[Collected data entries]
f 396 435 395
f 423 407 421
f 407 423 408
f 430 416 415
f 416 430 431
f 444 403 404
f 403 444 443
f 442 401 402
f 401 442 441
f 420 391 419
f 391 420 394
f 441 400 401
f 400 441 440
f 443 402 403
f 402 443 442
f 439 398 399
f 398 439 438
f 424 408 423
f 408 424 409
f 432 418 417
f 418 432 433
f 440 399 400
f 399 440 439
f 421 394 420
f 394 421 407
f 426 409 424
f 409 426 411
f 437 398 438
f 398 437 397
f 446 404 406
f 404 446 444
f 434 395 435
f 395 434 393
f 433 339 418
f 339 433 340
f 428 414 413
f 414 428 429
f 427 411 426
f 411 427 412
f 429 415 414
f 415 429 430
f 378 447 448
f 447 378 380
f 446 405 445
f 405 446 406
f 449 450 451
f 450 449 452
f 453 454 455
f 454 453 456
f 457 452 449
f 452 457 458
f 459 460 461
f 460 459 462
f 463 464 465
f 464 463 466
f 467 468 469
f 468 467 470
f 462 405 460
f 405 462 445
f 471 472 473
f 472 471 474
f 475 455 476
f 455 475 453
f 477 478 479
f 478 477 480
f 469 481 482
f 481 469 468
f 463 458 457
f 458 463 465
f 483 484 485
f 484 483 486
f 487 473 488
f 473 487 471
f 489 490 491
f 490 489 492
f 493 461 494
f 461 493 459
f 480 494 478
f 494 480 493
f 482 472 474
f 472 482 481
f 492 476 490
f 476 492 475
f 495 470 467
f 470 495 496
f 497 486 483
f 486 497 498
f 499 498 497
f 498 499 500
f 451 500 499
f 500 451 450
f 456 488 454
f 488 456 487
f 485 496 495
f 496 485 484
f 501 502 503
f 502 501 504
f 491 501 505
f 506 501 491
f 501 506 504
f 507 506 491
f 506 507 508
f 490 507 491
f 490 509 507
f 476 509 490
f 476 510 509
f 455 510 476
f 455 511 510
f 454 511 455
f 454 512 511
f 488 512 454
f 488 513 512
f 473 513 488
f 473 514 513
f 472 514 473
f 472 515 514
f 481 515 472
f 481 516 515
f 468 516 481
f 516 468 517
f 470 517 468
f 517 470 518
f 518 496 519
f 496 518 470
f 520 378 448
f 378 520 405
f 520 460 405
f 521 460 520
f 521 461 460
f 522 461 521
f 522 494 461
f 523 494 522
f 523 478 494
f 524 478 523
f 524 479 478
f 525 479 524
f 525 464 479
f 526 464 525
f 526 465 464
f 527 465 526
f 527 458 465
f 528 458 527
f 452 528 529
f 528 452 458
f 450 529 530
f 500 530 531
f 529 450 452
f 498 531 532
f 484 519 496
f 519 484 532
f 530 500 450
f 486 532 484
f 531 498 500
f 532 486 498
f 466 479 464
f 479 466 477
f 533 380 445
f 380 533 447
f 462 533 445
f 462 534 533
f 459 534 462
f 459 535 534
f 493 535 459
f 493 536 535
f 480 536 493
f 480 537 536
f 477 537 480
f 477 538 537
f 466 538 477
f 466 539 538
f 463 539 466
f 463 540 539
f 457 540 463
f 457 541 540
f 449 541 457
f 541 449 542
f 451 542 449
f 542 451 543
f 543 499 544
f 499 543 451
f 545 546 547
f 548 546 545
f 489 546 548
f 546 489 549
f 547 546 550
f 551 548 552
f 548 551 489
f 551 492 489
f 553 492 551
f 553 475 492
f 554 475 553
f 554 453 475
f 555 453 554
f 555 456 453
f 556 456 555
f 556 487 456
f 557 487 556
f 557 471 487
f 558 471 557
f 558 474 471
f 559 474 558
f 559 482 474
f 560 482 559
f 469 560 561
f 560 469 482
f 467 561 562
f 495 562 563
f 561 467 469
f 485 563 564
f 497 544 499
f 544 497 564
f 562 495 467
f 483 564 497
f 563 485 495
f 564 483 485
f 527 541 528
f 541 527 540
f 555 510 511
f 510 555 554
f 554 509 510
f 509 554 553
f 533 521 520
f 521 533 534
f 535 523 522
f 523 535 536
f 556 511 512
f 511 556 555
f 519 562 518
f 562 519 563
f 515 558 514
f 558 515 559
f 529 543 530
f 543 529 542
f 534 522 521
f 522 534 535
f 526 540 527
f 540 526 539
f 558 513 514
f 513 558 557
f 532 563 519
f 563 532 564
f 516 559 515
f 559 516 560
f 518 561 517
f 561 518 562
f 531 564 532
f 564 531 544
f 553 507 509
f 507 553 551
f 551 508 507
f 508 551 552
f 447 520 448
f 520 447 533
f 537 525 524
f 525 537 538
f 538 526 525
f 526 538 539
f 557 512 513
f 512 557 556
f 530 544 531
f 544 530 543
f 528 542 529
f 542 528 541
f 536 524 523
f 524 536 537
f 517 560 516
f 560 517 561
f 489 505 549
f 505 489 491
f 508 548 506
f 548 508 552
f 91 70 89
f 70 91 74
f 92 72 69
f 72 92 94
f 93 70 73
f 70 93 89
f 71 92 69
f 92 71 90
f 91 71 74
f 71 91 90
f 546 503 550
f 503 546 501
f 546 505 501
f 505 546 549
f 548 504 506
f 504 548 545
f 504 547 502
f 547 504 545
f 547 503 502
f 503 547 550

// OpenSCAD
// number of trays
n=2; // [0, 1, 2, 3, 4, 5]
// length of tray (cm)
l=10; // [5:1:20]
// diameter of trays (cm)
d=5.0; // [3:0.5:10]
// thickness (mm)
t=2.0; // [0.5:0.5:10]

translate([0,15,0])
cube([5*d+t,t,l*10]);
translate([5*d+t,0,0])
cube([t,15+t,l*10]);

▸ EXERCISE DESCRIPTION
Go through the data above and copy each line that holds the word "trays".

▸ ANSWER FOR THE TASK
// number of trays
// diameter of trays (cm)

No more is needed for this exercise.